Golshahi Hannaneh, Araghi Atefeh, Baghban Farshad, Farzad-Mohajeri Saeed
Nanobiotechnology Research Center, Avicenna Research Institute, ACECR, Tehran, Iran.
Department of Clinical Sciences, Faculty of Veterinary Medicine, Amol University of Special Modern Technologies, Amol, Iran.
Iran J Basic Med Sci. 2019 Dec;22(12):1400-1407. doi: 10.22038/IJBMS.2019.13987.
Hepatic ischemia/reperfusion injury (IRI) is one of the major causes of hepatic failure during liver transplantation, trauma, and infections. The present study investigated the protective effect of intra-portal administration of 2-methoxycinnamaldehyde (2-MCA) on hepatic IRI in rats.
Twenty-four rats were equally divided into four groups; 1) sham group, (no IRI or transfusion), 2) Hepatic IRI (60 min ischemia + 120 min reperfusion, 3) Hepatic IRI+ NS (IRI + normal saline), 4) Hepatic IRI+2-MCA, (IRI + 2-MCA). In groups 3 and 4, 1 ml/kg normal saline and 2-MCA were administered slowly into the vein of the left lateral and median lobes of the liver 10 min before induction of hepatic reperfusion (upper the site of clumping), respectively. The harvest time points were at 2 hours post-reperfusion in all groups.
Histologically, cell death, degenerative changes, sinusoidal dilatation, congestion, hemorrhage, and infiltration of inflammatory cells were observed in IRI group, while these pathological changes were attenuated in the 2-MCA administrated group. The level of alanine transaminase, aspartate transaminase, tumor necrosis factor- α and interleukin-6 in serum and hepatic malondialdehyde were significantly increased by IRI, and 2-MCA administration reduced all these markers. In addition, caspase-3 and nuclear factor κB (NF-κB) expression were investigated immunohistochemically. Administration of 2-MCA considerably decreased caspase-3 positive cells and NF-κB activity in comparison with IRI group.

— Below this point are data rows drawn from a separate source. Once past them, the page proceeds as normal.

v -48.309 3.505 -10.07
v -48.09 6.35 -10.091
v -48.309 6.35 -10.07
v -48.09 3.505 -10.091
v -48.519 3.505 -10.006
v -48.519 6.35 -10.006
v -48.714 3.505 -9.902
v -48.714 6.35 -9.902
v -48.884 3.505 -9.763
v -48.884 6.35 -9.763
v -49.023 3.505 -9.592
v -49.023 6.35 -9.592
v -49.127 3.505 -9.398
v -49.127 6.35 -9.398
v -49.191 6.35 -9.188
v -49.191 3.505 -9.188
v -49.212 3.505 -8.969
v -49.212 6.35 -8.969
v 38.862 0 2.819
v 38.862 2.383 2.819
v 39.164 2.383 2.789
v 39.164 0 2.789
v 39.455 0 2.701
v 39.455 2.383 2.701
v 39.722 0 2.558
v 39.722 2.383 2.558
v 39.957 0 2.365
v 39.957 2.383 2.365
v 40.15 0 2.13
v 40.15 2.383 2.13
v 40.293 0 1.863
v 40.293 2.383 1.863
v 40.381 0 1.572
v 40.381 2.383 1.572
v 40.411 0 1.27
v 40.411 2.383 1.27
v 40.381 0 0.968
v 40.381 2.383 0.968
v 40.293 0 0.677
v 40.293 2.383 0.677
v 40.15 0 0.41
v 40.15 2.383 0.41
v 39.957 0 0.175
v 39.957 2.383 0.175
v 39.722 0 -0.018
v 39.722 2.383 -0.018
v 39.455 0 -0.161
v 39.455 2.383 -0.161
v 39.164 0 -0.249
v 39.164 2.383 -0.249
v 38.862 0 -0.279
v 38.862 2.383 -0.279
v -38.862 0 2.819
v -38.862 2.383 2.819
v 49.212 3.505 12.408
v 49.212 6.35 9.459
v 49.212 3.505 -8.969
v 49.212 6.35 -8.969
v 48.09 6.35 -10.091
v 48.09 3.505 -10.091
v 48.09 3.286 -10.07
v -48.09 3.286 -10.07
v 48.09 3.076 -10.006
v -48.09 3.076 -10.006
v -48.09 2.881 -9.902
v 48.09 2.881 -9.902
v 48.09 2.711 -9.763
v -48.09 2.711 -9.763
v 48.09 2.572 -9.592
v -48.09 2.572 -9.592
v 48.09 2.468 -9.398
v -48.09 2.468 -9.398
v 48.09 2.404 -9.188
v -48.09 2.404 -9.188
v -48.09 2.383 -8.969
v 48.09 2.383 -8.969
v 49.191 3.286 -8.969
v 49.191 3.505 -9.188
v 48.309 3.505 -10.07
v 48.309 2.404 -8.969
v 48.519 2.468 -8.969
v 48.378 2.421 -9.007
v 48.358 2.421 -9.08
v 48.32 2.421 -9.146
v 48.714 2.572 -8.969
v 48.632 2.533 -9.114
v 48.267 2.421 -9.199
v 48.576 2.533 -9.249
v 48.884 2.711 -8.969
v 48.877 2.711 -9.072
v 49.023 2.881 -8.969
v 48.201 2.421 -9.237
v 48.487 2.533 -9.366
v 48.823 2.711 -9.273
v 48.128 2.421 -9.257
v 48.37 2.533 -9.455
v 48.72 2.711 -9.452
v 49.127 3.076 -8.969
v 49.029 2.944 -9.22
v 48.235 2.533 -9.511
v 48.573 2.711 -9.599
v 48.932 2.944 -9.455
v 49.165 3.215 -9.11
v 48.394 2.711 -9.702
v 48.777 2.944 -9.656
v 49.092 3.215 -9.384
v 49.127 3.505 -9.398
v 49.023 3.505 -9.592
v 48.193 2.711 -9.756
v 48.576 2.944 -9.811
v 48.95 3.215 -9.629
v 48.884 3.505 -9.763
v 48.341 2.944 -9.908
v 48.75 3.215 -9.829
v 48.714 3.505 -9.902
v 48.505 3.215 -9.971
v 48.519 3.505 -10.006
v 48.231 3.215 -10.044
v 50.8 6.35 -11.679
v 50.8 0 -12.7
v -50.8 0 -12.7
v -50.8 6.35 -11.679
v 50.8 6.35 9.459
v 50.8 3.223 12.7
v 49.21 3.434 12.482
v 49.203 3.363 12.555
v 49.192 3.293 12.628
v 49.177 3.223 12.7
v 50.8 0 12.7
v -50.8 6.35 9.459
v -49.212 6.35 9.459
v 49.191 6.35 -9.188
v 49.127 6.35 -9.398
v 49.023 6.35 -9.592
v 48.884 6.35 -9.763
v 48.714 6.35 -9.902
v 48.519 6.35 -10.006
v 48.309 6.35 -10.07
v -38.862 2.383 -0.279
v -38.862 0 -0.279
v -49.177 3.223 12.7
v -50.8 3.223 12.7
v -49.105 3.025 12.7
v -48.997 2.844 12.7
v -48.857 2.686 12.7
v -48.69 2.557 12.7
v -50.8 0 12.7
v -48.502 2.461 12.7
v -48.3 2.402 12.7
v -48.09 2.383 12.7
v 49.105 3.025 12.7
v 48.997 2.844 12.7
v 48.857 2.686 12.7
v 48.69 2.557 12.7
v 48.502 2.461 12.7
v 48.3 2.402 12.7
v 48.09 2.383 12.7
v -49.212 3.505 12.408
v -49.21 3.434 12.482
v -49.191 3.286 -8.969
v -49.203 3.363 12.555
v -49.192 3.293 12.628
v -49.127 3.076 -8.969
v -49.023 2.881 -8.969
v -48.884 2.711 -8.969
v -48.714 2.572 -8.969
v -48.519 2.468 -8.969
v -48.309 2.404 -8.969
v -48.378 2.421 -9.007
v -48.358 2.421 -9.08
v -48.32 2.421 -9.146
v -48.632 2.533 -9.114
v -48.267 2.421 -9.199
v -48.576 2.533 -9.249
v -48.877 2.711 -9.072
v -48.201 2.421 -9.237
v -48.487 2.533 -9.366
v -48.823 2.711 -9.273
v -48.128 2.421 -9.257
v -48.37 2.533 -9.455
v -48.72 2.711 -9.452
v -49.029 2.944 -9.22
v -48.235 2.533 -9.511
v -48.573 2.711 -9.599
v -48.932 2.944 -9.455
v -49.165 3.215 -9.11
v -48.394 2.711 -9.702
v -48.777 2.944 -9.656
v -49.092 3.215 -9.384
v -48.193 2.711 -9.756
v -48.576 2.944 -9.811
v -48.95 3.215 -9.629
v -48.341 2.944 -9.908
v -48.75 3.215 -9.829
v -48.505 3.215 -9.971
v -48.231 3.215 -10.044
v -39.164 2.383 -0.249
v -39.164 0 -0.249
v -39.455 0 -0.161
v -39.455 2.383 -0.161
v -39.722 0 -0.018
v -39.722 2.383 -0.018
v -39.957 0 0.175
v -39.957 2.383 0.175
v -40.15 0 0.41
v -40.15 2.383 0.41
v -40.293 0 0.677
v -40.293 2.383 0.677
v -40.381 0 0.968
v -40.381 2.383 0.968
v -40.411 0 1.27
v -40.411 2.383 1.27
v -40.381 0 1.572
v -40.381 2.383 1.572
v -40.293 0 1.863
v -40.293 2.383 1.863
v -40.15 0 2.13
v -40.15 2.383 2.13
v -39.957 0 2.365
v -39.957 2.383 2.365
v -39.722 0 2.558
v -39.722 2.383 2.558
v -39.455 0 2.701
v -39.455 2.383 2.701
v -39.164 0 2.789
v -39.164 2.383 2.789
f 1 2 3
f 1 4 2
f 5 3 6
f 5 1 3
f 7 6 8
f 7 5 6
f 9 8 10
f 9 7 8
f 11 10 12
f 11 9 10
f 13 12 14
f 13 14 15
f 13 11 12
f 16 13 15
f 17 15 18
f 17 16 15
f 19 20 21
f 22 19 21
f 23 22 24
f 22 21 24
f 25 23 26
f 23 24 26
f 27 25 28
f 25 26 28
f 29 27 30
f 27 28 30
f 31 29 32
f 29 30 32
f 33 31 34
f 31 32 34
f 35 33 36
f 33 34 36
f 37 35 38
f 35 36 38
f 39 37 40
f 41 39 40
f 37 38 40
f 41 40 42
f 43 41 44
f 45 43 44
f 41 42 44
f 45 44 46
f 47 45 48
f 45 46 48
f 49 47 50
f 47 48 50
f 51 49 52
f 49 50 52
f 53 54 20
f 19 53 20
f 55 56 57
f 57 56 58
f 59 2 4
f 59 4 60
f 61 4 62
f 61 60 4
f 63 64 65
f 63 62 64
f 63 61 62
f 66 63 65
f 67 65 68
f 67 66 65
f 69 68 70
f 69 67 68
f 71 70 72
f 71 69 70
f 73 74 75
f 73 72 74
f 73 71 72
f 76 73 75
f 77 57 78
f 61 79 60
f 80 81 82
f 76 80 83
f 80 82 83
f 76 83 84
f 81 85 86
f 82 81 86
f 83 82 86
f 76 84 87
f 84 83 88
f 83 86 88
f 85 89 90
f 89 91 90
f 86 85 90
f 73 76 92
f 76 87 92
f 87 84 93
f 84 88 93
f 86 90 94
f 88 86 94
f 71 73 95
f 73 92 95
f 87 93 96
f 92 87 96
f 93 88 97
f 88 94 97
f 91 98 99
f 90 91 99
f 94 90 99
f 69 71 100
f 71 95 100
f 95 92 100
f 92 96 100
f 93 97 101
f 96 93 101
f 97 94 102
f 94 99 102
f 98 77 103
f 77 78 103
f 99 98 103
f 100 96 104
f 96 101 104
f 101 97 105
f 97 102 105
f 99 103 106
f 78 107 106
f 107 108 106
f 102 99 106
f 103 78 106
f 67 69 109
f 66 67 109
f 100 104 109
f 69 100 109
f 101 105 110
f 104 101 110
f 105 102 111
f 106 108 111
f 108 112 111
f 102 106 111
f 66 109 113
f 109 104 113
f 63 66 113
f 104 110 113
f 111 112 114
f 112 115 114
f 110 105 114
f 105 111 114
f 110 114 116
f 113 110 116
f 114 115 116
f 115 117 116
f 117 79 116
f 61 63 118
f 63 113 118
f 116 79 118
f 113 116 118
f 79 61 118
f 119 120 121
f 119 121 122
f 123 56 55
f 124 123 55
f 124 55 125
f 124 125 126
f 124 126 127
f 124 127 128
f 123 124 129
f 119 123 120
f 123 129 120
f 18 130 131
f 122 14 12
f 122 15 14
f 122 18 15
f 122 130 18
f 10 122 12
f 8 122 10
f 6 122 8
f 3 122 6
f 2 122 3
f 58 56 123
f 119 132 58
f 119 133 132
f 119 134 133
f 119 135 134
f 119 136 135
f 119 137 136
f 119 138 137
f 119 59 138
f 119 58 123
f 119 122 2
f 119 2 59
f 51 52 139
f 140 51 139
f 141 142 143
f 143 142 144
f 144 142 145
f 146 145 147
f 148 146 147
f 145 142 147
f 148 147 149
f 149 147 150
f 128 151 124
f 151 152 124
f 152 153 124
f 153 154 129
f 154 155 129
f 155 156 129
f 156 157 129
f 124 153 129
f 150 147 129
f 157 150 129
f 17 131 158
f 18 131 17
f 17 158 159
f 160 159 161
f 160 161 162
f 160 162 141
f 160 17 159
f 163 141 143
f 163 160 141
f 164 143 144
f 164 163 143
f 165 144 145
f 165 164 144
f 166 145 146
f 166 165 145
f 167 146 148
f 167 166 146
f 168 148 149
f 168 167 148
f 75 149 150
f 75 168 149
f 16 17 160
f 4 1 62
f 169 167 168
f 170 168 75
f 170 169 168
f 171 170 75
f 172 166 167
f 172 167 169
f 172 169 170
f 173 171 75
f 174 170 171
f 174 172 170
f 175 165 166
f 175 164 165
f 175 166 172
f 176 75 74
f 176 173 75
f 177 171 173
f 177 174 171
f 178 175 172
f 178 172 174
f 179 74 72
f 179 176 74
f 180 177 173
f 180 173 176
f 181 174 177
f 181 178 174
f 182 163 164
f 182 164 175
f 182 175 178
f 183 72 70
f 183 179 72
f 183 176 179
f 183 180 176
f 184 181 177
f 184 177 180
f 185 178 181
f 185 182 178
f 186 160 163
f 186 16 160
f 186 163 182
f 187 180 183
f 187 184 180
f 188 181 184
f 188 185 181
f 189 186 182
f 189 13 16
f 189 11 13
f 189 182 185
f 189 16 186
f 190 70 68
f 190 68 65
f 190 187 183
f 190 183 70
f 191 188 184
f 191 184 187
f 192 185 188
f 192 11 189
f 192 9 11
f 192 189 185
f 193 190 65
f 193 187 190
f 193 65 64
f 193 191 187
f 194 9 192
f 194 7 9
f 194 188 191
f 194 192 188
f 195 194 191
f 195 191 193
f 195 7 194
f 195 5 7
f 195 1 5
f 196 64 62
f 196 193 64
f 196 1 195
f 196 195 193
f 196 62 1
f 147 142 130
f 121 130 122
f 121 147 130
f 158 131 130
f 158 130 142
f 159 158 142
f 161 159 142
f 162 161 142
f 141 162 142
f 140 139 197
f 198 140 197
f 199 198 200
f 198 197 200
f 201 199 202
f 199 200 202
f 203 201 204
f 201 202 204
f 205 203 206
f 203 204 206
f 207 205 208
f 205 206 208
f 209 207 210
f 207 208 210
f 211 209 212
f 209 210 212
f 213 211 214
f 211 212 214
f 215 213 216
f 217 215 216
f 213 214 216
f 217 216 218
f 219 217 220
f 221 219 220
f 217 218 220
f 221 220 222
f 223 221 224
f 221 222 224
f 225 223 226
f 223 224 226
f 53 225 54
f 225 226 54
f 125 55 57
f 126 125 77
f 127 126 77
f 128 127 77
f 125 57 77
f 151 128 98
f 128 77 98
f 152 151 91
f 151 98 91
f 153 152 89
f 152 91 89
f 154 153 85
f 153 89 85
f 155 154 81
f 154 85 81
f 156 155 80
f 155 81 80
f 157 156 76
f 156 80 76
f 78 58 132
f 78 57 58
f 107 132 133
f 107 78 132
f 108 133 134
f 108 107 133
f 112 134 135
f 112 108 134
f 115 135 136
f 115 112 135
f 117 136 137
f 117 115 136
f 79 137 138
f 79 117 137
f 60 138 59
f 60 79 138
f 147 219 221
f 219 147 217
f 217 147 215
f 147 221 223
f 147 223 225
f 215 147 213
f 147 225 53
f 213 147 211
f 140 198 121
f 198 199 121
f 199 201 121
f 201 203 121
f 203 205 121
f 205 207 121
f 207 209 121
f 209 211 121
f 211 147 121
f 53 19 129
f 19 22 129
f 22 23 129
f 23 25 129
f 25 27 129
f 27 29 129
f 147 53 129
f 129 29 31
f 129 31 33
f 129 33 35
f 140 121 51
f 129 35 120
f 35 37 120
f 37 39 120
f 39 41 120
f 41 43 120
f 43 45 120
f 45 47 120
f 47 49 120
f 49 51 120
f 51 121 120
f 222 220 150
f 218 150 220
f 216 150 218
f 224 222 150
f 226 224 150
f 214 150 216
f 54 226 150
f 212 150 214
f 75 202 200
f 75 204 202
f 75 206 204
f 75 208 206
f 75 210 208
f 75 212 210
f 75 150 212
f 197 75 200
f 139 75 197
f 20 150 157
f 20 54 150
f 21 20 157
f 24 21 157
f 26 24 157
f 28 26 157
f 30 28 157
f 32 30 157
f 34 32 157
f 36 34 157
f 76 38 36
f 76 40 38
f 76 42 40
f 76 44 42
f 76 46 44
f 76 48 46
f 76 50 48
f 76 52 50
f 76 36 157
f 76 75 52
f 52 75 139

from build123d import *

# Parameters (mm, degrees)
SKETCH1_W           = 101.6
SKETCH1_H           = 25.4
BOSS_EXTRUDE1_DEPTH = 6.35
CUT_EXTRUDE2_DEPTH  = 101.6
SKETCH4_W           = 98.425
SKETCH4_H           = 22.79142
CUT_EXTRUDE3_DEPTH  = 3.96748
CUT_EXTRUDE6_DEPTH  = 2.54
CUT_EXTRUDE7_DEPTH  = 1.5875
CUT_EXTRUDE8_DEPTH  = 1.5875
FILLET1_R           = 1.12268


with BuildPart() as part:
    # Sketch1 → Boss-Extrude1 (new body)
    with BuildSketch(Plane(origin=(0, 0, 0), x_dir=(1, 0, 0), z_dir=(0, 1, 0))):
        Rectangle(SKETCH1_W, SKETCH1_H)
    extrude(amount=BOSS_EXTRUDE1_DEPTH)

    # Sketch2 → Cut-Extrude2 (cut)
    with BuildSketch(Plane.ZY.offset(50.8)):
        Polygon((-12.7, 0), (-11.67892, 6.35), (-12.7, 6.35), align=None)
    extrude(amount=-CUT_EXTRUDE2_DEPTH, mode=Mode.SUBTRACT)

    # Sketch4 → Cut-Extrude3 (cut)
    with BuildSketch(Plane(origin=(0, 6.35, 0), x_dir=(1, 0, 0), z_dir=(0, 1, 0))):
        with Locations((0, -1.30429)):
            Rectangle(SKETCH4_W, SKETCH4_H)
    extrude(amount=-CUT_EXTRUDE3_DEPTH, mode=Mode.SUBTRACT)

    # Sketch5 → Cut-Extrude6 (cut)
    with BuildSketch(Plane(origin=(0, 2.38252, 0), x_dir=(1, 0, 0), z_dir=(0, 1, 0))):
        with BuildLine():
            Line((-38.862, -2.818654725), (38.862, -2.818654725))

As a conclusion, in situ administration of 2-MCA protects against hepatic IRI via anti-inflammatory, and anti-apoptotic properties.
肝缺血/再灌注损伤(IRI)是肝移植、创伤和感染期间肝衰竭的主要原因之一。本研究探讨门静脉注射2-甲氧基肉桂醛(2-MCA)对大鼠肝IRI的保护作用。
24只大鼠平均分为四组;1)假手术组(无IRI或输血),2)肝IRI组(60分钟缺血+120分钟再灌注),3)肝IRI+生理盐水组(IRI+生理盐水),4)肝IRI+2-MCA组(IRI+2-MCA)。在第3组和第4组中,分别在肝再灌注诱导前10分钟(在结扎部位上方)将1ml/kg生理盐水和2-MCA缓慢注入肝左外叶和中叶静脉。所有组的采集时间点均为再灌注后2小时。
组织学上,IRI组观察到细胞死亡、退行性改变、肝血窦扩张、充血、出血和炎性细胞浸润,而在2-MCA给药组中这些病理变化减弱。IRI显著增加血清中丙氨酸转氨酶、天冬氨酸转氨酶、肿瘤坏死因子-α和白细胞介素-6水平以及肝丙二醛水平,而2-MCA给药降低了所有这些指标。此外,通过免疫组织化学研究了半胱天冬酶-3和核因子κB(NF-κB)的表达。与IRI组相比,2-MCA给药显著减少了半胱天冬酶-3阳性细胞和NF-κB活性。
总之,原位给予2-MCA通过抗炎和抗凋亡特性预防肝IRI。